Without structured errors, agents often respond with vague apologies or repeat the same failing tool call.
Human Review Is A Feature#
Some tasks should not be fully automated. The agent should prepare work for a human rather than complete it alone.
Good human-in-the-loop patterns:
- Draft an email, but require approval to send
- Recommend a refund, but require review above a threshold
- Summarize a contract risk, but cite source clauses
- Prepare a database migration plan, but require engineer approval
This is not a failure of automation. It is how you safely apply automation to higher-value work.
Design For Partial Success#
Many useful agent workflows should not be all-or-nothing.
If the agent cannot complete the task, it can still leave the user or human reviewer in a better place:
- Gather the relevant documents
- Fill known fields
- Identify missing information
- Draft a recommended next step
- Explain why it stopped
This is especially important for business workflows. A fully automated success rate of 70% may sound mediocre, but if the remaining 30% arrive neatly packaged for review, the system can still save a lot of time.
Partial success requires state.
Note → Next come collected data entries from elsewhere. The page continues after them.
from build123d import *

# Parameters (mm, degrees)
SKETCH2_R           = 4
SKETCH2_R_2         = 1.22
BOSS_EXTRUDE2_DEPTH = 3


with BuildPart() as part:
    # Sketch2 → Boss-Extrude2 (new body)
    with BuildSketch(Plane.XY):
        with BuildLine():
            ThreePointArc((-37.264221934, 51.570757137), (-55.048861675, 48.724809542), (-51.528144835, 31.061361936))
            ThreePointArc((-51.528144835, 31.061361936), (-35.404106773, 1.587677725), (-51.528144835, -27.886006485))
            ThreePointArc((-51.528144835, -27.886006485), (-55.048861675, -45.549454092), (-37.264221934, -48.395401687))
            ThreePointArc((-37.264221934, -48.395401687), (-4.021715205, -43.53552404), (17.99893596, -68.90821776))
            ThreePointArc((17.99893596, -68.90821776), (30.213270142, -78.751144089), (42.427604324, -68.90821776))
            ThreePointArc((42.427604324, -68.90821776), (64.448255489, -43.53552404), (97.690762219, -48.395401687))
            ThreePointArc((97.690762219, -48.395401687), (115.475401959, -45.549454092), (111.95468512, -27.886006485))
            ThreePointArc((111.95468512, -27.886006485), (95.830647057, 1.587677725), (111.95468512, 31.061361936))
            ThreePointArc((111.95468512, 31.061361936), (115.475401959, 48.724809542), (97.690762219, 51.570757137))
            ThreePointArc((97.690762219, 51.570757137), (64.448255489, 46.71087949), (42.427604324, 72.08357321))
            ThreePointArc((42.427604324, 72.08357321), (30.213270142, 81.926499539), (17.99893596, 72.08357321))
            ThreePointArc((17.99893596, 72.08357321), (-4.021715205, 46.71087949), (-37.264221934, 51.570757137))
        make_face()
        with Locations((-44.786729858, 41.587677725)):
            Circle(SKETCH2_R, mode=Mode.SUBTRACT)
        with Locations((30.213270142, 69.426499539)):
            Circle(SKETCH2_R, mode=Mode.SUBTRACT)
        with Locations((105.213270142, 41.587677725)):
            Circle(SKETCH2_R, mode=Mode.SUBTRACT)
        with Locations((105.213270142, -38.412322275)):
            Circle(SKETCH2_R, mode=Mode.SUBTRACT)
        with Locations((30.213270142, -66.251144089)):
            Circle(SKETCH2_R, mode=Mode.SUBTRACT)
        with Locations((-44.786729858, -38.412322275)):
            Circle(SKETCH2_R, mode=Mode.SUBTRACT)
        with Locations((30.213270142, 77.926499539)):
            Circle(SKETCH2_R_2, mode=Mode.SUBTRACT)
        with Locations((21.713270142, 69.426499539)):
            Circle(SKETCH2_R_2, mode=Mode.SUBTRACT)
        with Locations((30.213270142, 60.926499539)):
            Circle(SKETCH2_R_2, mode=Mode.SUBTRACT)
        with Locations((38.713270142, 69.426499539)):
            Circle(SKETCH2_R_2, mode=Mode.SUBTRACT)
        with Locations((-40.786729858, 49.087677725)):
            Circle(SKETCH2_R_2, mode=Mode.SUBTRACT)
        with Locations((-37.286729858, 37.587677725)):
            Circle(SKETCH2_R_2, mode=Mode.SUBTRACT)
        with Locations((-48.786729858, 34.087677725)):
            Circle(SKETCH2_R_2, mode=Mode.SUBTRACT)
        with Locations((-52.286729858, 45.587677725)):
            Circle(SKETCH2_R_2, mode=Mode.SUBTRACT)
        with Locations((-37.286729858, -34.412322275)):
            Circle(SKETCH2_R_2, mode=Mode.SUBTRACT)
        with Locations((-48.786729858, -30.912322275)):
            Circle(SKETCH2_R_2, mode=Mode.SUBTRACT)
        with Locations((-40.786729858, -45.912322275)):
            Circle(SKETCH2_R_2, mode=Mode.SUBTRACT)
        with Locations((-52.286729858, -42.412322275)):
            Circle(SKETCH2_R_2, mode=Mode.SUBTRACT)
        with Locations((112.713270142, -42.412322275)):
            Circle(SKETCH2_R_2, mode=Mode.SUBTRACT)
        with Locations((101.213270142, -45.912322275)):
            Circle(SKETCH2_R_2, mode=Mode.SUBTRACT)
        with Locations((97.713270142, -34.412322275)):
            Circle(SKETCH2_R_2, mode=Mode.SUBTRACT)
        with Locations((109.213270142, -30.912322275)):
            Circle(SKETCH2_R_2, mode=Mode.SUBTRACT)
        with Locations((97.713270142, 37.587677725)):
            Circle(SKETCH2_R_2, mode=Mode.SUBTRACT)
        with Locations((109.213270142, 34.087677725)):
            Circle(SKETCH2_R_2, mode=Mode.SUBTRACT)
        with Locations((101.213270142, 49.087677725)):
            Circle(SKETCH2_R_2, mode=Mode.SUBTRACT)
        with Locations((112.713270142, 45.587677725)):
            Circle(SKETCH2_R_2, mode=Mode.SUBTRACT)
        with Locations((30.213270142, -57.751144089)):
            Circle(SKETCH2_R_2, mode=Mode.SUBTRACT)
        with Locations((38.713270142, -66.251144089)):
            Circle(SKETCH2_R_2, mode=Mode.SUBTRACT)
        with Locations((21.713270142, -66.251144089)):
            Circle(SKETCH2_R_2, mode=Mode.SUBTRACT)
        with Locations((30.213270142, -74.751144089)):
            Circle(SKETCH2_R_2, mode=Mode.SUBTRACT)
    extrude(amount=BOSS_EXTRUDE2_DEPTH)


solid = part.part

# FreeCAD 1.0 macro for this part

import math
import FreeCAD as App
import Part
import Sketcher
from FreeCAD import Vector

doc = App.newDocument("Part")
params = doc.addObject("Spreadsheet::Sheet", "Params")
for row, (alias, value) in enumerate([
    ("sketch1_diameter", "8 mm"),
    ("sketch1_radius", "35 mm"),
    ("sketch1_radius2", "12.5 mm"),
    ("sketch1_diameter2", "2.44 mm"),
    ("pad1_length", "3 mm"),
], start=1):
    params.set(f"A{row}", alias)
    params.set(f"B{row}", "=" + value)
    params.setAlias(f"B{row}", alias)

body = doc.addObject("PartDesign::Body", "Body")

# Sketch on XY plane
sketch1 = doc.addObject("Sketcher::SketchObject", "Sketch")
body.addObject(sketch1)
sketch1.AttachmentSupport = (doc.XY_Plane, [""])
sketch1.MapMode = "FlatFace"
sketch1.addGeometry([
    Part.ArcOfCircle(Part.Circle(Vector(-44.8, 41.6, 0), Vector(0, 0, 1), 12.5), math.radians(53), math.radians(237)),  # 0
    Part.ArcOfCircle(Part.Circle(Vector(-70.4, 1.6, 0), Vector(0, 0, 1), 35), math.radians(-57), math.radians(57)),  # 1
    Part.ArcOfCircle(Part.Circle(Vector(-44.8, -38.4, 0), Vector(0, 0, 1), 12.5), math.radians(123), math.radians(307)),  # 2
    Part.ArcOfCircle(Part.Circle(Vector(-16.2, -76.3, 0), Vector(0, 0, 1), 35), math.radians(12), math.radians(127)),  # 3
    Part.ArcOfCircle(Part.Circle(Vector(30.2, -66.3, 0), Vector(0, 0, 1), 12.5), math.radians(-168), math.radians(-12)),  # 4
    Part.ArcOfCircle(Part.Circle(Vector(76.6, -76.3, 0), Vector(0, 0, 1), 35), math.radians(53), math.radians(168)),  # 5
    Part.ArcOfCircle(Part.Circle(Vector(105.2, -38.4, 0), Vector(0, 0, 1), 12.5), math.radians(-127), math.radians(57)),  # 6
    Part.ArcOfCircle(Part.Circle(Vector(130.8, 1.6, 0), Vector(0, 0, 1), 35), math.radians(123), math.radians(237)),  # 7
    Part.ArcOfCircle(Part.Circle(Vector(105.2, 41.6, 0), Vector(0, 0, 1), 12.5), math.radians(-57), math.radians(127)),  # 8
    Part.ArcOfCircle(Part.Circle(Vector(76.6, 79.5, 0), Vector(0, 0, 1), 35), math.radians(-168), math.radians(-53)),  # 9
    Part.ArcOfCircle(Part.Circle(Vector(30.2, 69.4, 0), Vector(0, 0, 1), 12.5), math.radians(12), math.radians(168)),  # 10
    Part.ArcOfCircle(Part.Circle(Vector(-16.2, 79.5, 0), Vector(0, 0, 1), 35), math.radians(-127), math.radians(-12)),  # 11
    Part.Circle(Vector(-52.3, -42.4, 0), Vector(0, 0, 1), 1.2),  # 12
    Part.Circle(Vector(-44.8, -38.4, 0), Vector(0, 0, 1), 4),  # 13
    Part.Circle(Vector(-40.8, -45.9, 0), Vector(0, 0, 1), 1.2),  # 14
    Part.Circle(Vector(21.7, -66.3, 0), Vector(0, 0, 1), 1.2),  # 15
    Part.Circle(Vector(-48.8, -30.9, 0), Vector(0, 0, 1), 1.2),  # 16
    Part.Circle(Vector(-37.3, -34.4, 0), Vector(0, 0, 1), 1.2),  # 17
    Part.Circle(Vector(30.2, -74.8, 0), Vector(0, 0, 1), 1.2),  # 18
    Part.Circle(Vector(30.2, -66.3, 0), Vector(0, 0, 1), 4),  # 19
    Part.Circle(Vector(38.7, -66.3, 0), Vector(0, 0, 1), 1.2),  # 20
    Part.Circle(Vector(30.2, -57.8, 0), Vector(0, 0, 1), 1.2),  # 21
    Part.Circle(Vector(101.2, -45.9, 0), Vector(0, 0, 1), 1.2),  # 22
    Part.Circle(Vector(112.7, -42.4, 0), Vector(0, 0, 1), 1.2),  # 23
    Part.Circle(Vector(105.2, -38.4, 0), Vector(0, 0, 1), 4),  # 24
    Part.Circle(Vector(97.7, -34.4, 0), Vector(0, 0, 1), 1.2),  # 25
    Part.Circle(Vector(109.2, -30.9, 0), Vector(0, 0, 1), 1.2),  # 26
    Part.Circle(Vector(-48.8, 34.1, 0), Vector(0, 0, 1), 1.2),  # 27
    Part.Circle(Vector(-37.3, 37.6, 0), Vector(0, 0, 1), 1.2),  # 28
    Part.Circle(Vector(-44.8, 41.6, 0), Vector(0, 0, 1), 4),  # 29
    Part.Circle(Vector(-52.3, 45.6, 0), Vector(0, 0, 1), 1.2),  # 30
    Part.Circle(Vector(-40.8, 49.1, 0), Vector(0, 0, 1), 1.2),  # 31
    Part.Circle(Vector(21.7, 69.4, 0), Vector(0, 0, 1), 1.2),  # 32
    Part.Circle(Vector(97.7, 37.6, 0), Vector(0, 0, 1), 1.2),  # 33
    Part.Circle(Vector(109.2, 34.1, 0), Vector(0, 0, 1), 1.2),  # 34
    Part.Circle(Vector(30.2, 60.9, 0), Vector(0, 0, 1), 1.2),  # 35
    Part.Circle(Vector(30.2, 69.4, 0), Vector(0, 0, 1), 4),  # 36
    Part.Circle(Vector(38.7, 69.4, 0), Vector(0, 0, 1), 1.2),  # 37
    Part.Circle(Vector(30.2, 77.9, 0), Vector(0, 0, 1), 1.2),  # 38
    Part.Circle(Vector(101.2, 49.1, 0), Vector(0, 0, 1), 1.2),  # 39
    Part.Circle(Vector(105.2, 41.6, 0), Vector(0, 0, 1), 4),  # 40
    Part.Circle(Vector(112.7, 45.6, 0), Vector(0, 0, 1), 1.2),  # 41
], False)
The system needs to know what was completed, what failed, and what remains blocked.
Evaluating Agents#
Agent evals need to measure the whole trajectory, not just the final answer.
Questions to ask:
- Did the agent choose the right tools?
- Did it avoid unnecessary tool calls?
- Did it stop at the right time?
- Did it preserve required fields?
- Did it recover from tool errors?
- Did it avoid forbidden actions?
- Was the final result correct?
For many workflows, a trajectory with a correct final answer can still be bad if it called the wrong tool, leaked data, or took an unsafe action along the way.
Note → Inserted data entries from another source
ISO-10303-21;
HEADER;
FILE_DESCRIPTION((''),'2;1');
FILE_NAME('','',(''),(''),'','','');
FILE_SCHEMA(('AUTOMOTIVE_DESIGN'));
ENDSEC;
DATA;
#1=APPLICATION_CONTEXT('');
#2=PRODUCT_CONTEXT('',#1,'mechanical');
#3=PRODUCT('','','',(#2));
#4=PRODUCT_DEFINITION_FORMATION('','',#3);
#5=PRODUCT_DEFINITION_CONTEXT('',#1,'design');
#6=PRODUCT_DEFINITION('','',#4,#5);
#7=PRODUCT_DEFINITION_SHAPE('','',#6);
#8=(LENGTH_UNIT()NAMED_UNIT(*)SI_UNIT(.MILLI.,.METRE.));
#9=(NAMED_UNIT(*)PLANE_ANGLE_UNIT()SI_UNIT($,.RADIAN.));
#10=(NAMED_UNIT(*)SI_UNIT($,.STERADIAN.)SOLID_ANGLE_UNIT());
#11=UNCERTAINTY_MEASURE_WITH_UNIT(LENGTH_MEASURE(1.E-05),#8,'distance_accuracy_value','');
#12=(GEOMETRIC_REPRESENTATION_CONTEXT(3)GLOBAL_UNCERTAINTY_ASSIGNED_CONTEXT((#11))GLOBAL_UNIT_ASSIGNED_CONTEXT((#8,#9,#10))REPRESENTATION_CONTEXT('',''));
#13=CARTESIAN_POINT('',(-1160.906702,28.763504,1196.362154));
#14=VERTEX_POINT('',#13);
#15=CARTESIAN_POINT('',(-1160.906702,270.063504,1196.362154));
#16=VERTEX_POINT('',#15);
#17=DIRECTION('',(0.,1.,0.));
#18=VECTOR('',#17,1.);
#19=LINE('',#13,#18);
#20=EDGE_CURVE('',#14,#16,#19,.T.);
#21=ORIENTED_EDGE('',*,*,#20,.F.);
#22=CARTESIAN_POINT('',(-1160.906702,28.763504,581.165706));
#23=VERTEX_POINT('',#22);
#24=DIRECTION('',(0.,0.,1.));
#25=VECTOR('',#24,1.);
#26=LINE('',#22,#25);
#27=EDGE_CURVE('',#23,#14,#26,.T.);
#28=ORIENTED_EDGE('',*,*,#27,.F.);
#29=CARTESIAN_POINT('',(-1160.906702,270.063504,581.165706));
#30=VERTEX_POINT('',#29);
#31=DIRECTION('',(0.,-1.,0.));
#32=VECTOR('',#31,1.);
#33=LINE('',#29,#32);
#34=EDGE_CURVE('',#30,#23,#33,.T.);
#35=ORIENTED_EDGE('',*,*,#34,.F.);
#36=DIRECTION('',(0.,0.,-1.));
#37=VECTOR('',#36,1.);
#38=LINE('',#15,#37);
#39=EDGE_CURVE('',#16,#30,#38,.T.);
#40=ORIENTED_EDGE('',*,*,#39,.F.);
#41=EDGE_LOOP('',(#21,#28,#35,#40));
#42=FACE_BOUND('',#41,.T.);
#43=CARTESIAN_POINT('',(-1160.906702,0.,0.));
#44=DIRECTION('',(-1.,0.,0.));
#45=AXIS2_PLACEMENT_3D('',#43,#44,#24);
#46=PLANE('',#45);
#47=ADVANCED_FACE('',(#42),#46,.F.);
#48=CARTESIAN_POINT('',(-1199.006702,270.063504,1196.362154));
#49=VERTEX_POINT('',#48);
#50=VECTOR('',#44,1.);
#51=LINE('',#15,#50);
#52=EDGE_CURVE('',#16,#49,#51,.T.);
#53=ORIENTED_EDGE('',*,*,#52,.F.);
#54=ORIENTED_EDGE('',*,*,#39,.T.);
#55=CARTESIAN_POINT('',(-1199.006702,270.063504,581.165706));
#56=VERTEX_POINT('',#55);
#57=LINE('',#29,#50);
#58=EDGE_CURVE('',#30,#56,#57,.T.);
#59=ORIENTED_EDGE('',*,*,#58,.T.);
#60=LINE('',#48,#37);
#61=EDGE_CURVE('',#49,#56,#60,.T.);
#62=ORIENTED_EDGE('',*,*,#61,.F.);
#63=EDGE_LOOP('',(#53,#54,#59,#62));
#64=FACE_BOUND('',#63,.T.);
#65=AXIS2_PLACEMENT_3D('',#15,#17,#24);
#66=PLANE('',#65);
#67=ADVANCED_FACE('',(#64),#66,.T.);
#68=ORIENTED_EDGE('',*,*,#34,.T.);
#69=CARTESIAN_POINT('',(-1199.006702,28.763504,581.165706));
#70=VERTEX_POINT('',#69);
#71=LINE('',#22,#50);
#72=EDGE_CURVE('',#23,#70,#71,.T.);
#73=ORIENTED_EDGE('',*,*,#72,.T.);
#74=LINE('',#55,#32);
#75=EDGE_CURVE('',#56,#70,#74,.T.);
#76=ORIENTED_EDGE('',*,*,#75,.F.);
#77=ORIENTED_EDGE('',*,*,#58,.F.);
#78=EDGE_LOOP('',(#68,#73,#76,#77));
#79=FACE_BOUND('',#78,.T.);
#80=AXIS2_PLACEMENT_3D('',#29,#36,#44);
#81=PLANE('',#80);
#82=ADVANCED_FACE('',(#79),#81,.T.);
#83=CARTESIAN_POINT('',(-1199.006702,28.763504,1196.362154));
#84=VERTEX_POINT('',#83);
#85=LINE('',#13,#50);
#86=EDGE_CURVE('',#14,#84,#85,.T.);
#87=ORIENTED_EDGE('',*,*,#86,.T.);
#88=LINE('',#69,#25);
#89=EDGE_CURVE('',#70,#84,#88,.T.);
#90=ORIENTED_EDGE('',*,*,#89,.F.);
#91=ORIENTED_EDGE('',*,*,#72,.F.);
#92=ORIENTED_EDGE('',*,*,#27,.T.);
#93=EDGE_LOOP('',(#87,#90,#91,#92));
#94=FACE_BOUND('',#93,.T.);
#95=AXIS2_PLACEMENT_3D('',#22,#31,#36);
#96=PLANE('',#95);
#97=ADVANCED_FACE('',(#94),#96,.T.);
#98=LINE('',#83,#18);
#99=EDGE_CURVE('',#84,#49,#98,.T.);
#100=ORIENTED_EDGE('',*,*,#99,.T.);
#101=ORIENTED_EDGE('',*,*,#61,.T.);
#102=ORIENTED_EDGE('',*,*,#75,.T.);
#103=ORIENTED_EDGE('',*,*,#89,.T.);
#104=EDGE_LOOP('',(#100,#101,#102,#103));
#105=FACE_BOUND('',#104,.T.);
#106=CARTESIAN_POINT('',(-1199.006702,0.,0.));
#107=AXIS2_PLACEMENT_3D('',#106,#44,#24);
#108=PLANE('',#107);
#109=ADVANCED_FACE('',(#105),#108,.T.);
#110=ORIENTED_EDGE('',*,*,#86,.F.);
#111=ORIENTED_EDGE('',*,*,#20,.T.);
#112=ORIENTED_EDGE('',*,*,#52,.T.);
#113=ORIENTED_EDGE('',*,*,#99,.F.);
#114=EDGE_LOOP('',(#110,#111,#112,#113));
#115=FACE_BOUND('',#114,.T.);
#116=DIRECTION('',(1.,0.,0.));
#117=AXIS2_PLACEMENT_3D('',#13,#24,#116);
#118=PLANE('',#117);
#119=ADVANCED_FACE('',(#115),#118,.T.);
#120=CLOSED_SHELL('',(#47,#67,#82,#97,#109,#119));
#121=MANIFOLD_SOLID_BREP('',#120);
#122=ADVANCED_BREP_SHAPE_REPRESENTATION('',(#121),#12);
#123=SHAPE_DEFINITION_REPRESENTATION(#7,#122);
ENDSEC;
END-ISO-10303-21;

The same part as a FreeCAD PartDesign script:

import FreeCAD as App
import Part
import Sketcher
from FreeCAD import Vector
Q = App.Units.Quantity


def add_polygon(sketch, points):
    """Adds a closed chain of lines whose ends are joined by coincident constraints."""
    first, n = sketch.GeometryCount, len(points)
    for a, b in zip(points, points[1:] + points[:1]):
        sketch.addGeometry(Part.LineSegment(App.Vector(*a, 0), App.Vector(*b, 0)), False)
    for i in range(n):
        sketch.addConstraint(Sketcher.Constraint("Coincident", first + i, 2, first + (i + 1) % n, 1))

doc = App.newDocument("Part")
body = doc.addObject("PartDesign::Body", "Body")

sketch1 = body.newObject("Sketcher::SketchObject", "Sketch")
sketch1.AttachmentSupport = (doc.getObject("YZ_Plane"), [""])
sketch1.MapMode = "FlatFace"
sketch1.AttachmentOffset = App.Placement(Vector(0, 0, -1199.006702), App.Rotation())
add_polygon(sketch1, [(270, 581), (29, 581), (29, 1196), (270, 1196)])
sketch1.addConstraint(Sketcher.Constraint("Horizontal", 0))
sketch1.addConstraint(Sketcher.Constraint("Vertical", 1))
sketch1.addConstraint(Sketcher.Constraint("Horizontal", 2))
sketch1.addConstraint(Sketcher.Constraint("Vertical", 3))
sketch1.addConstraint(Sketcher.Constraint("DistanceX", 0, 2, 0, 1, Q("9.5 in")))
sketch1.addConstraint(Sketcher.Constraint("DistanceY", 1, 1, 1, 2, Q("615.196448 mm")))
sketch1.addConstraint(Sketcher.Constraint("DistanceX", -1, 1, 0, 2, Q("28.763504 mm")))
sketch1.addConstraint(Sketcher.Constraint("DistanceY", -1, 1, 0, 2, Q("581.165706 mm")))
pad1 = body.newObject("PartDesign::Pad", "Pad")
pad1.Profile = sketch1
pad1.Length = Q("1.5 in")

doc.recompute()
Store traces. Review traces. Turn failures into evals.
It is also useful to score agents at multiple levels:
- Step score: was each tool call valid?
- Trajectory score: was the sequence efficient and safe?
- Outcome score: did the final task succeed?
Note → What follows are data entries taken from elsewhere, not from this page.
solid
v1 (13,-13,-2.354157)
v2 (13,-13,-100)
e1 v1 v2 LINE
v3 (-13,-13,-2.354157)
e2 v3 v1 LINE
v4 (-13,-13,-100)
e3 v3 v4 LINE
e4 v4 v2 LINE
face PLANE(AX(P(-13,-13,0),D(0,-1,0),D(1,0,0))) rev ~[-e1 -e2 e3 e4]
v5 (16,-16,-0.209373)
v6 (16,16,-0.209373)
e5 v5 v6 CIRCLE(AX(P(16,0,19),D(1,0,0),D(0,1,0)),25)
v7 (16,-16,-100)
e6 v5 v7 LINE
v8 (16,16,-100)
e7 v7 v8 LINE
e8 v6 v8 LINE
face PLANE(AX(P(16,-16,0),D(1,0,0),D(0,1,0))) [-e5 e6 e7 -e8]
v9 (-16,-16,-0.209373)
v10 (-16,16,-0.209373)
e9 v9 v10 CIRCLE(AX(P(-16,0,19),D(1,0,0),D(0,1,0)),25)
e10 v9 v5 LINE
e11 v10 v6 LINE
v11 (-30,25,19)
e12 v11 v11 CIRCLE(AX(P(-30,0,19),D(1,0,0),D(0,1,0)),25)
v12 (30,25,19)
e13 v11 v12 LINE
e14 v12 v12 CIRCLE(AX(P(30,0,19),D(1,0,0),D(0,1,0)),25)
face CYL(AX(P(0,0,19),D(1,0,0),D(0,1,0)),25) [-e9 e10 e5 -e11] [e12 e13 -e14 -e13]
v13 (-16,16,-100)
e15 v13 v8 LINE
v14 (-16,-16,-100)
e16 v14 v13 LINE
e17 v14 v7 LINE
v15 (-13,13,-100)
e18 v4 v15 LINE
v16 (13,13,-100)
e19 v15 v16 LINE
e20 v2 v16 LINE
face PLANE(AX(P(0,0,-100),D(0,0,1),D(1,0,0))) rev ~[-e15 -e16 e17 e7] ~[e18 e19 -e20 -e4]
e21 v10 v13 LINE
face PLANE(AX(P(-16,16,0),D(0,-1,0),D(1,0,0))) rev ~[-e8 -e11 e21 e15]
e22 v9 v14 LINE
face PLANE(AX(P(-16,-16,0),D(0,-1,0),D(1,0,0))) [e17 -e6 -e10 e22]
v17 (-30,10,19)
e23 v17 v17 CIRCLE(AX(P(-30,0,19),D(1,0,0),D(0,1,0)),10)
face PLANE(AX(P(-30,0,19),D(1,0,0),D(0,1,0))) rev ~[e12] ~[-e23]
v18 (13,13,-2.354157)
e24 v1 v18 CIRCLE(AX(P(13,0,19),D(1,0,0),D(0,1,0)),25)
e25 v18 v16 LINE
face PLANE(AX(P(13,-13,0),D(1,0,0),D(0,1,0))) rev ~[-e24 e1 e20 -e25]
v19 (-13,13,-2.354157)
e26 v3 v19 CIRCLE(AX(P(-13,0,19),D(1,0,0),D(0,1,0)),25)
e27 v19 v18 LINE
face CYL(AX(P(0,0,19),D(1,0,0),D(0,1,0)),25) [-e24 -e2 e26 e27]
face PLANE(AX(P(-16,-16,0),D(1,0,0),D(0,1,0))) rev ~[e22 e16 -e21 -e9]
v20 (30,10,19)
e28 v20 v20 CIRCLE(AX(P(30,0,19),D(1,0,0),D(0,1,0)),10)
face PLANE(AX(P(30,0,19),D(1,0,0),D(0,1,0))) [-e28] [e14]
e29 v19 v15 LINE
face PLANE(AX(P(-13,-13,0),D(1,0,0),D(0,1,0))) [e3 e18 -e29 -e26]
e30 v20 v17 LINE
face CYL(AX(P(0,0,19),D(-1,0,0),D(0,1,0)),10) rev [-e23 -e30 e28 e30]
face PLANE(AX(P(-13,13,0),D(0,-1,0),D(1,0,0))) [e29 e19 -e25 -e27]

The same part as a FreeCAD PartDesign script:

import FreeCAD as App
import Part
import Sketcher
Q = App.Units.Quantity


def add_polygon(sketch, points):
    """Adds a closed chain of lines whose ends are joined by coincident constraints."""
    first, n = sketch.GeometryCount, len(points)
    for a, b in zip(points, points[1:] + points[:1]):
        sketch.addGeometry(Part.LineSegment(App.Vector(*a, 0), App.Vector(*b, 0)), False)
    for i in range(n):
        sketch.addConstraint(Sketcher.Constraint("Coincident", first + i, 2, first + (i + 1) % n, 1))

doc = App.newDocument("Part")
params = doc.addObject("Spreadsheet::Sheet", "Params")
for row, (alias, value) in enumerate([
    ("sketch1_width", "32 mm"),
    ("sketch1_width2", "26 mm"),
    ("pad1_length", "100 mm"),
    ("sketch2_diameter", "50 mm"),
    ("sketch2_diameter2", "20 mm"),
    ("pad2_length", "60 mm"),
], start=1):
    params.set(f"A{row}", alias)
    params.set(f"B{row}", "=" + value)
    params.setAlias(f"B{row}", alias)

body = doc.addObject("PartDesign::Body", "Body")

sketch1 = body.newObject("Sketcher::SketchObject", "Sketch")
sketch1.AttachmentSupport = (doc.getObject("XY_Plane"), [""])
sketch1.MapMode = "FlatFace"
add_polygon(sketch1, [(-16, 16), (-16, -16), (16, -16), (16, 16)])
add_polygon(sketch1, [(13, -13), (-13, -13), (-13, 13), (13, 13)])
sketch1.addConstraint([
    Sketcher.Constraint("Vertical", 0),
    Sketcher.Constraint("Horizontal", 1),
    Sketcher.Constraint("Vertical", 2),
    Sketcher.Constraint("Horizontal", 3),
    Sketcher.Constraint("Horizontal", 4),
    Sketcher.Constraint("Vertical", 5),
    Sketcher.Constraint("Horizontal", 6),
    Sketcher.Constraint("Vertical", 7),
    Sketcher.Constraint("Symmetric", 0, 2, 2, 2, -1, 1),
    Sketcher.Constraint("Symmetric", 4, 2, 6, 2, -1, 1),
    Sketcher.Constraint("Equal", 3, 0),
    Sketcher.Constraint("Equal", 6, 5),
    Sketcher.Constraint("DistanceX", 1, 1, 1, 2, Q("32 mm")),
    Sketcher.Constraint("DistanceX", 4, 2, 4, 1, Q("26 mm")),
])
sketch1.setExpression("Constraints[20]", "Params.sketch1_width")
sketch1.setExpression("Constraints[21]", "Params.sketch1_width2")
pad1 = body.newObject("PartDesign::Pad", "Pad")
pad1.Profile = sketch1
pad1.setExpression("Length", "Params.pad1_length")
pad1.Reversed = True

sketch2 = body.newObject("Sketcher::SketchObject", "Sketch001")
sketch2.AttachmentSupport = (doc.getObject("YZ_Plane"), [""])
sketch2.MapMode = "FlatFace"
sketch2.addGeometry([
    Part.Circle(App.Vector(0, 19, 0), App.Vector(0, 0, 1), 25),
    Part.Circle(App.Vector(0, 19, 0), App.Vector(0, 0, 1), 10),
], False)
sketch2.addConstraint([
    Sketcher.Constraint("Coincident", 1, 3, 0, 3),
    Sketcher.Constraint("PointOnObject", 0, 3, -2),
    Sketcher.Constraint("Diameter", 0, Q("50 mm")),
    Sketcher.Constraint("Diameter", 1, Q("20 mm")),
    Sketcher.Constraint("DistanceY", -1, 1, 0, 3, Q("19 mm")),
])
sketch2.setExpression("Constraints[2]", "Params.sketch2_diameter")
sketch2.setExpression("Constraints[3]", "Params.sketch2_diameter2")
pad2 = body.newObject("PartDesign::Pad", "Pad001")
pad2.Profile = sketch2
pad2.setExpression("Length", "Params.pad2_length")
pad2.Midplane = True

doc.recompute()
- User score: was the interaction understandable?
A workflow can have a good outcome and a bad trajectory. For example, an agent might eventually solve the issue after six unnecessary searches and one forbidden lookup attempt. That should not pass silently.
A Practical Architecture#
A reliable agent architecture is usually less glamorous than the demo:
- A state machine owns workflow stages
- The model proposes the next action
- The application validates tool arguments
- Tools execute with permissions and logging
- The state machine updates progress
- Evals test common and adversarial paths
The model is powerful because it handles ambiguity inside the loop. The system is reliable because the loop is not fully owned by the model.
Observability Is Non-Negotiable#
Agent traces are product telemetry and debugging evidence.
Log:
- State before each model call
- Tools made available
- Tool the model selected
- Raw arguments
- Validation result
- Tool output
- State transition
- Final user-facing message
Without this trace, you cannot tell whether a failure came from the model’s plan, the tool result, the state machine, or the prompt. With it, you can turn a bad run into a targeted fix.
The trace also supports review. If an agent performs work on behalf of a user, the user should be able to see what happened in plain language.
The Takeaway#
Agentic workflows became useful when builders stopped treating agents as free-floating chatbots and started treating them as controlled processes.
The model can interpret, plan, and adapt. The application should own state, permissions, validation, and auditability.
That is the difference between an agent demo and an agent you can trust with real work.
The practical lesson is boring in the best way: useful agents look less like autonomous magic and more like well-instrumented workflow engines with a language model inside.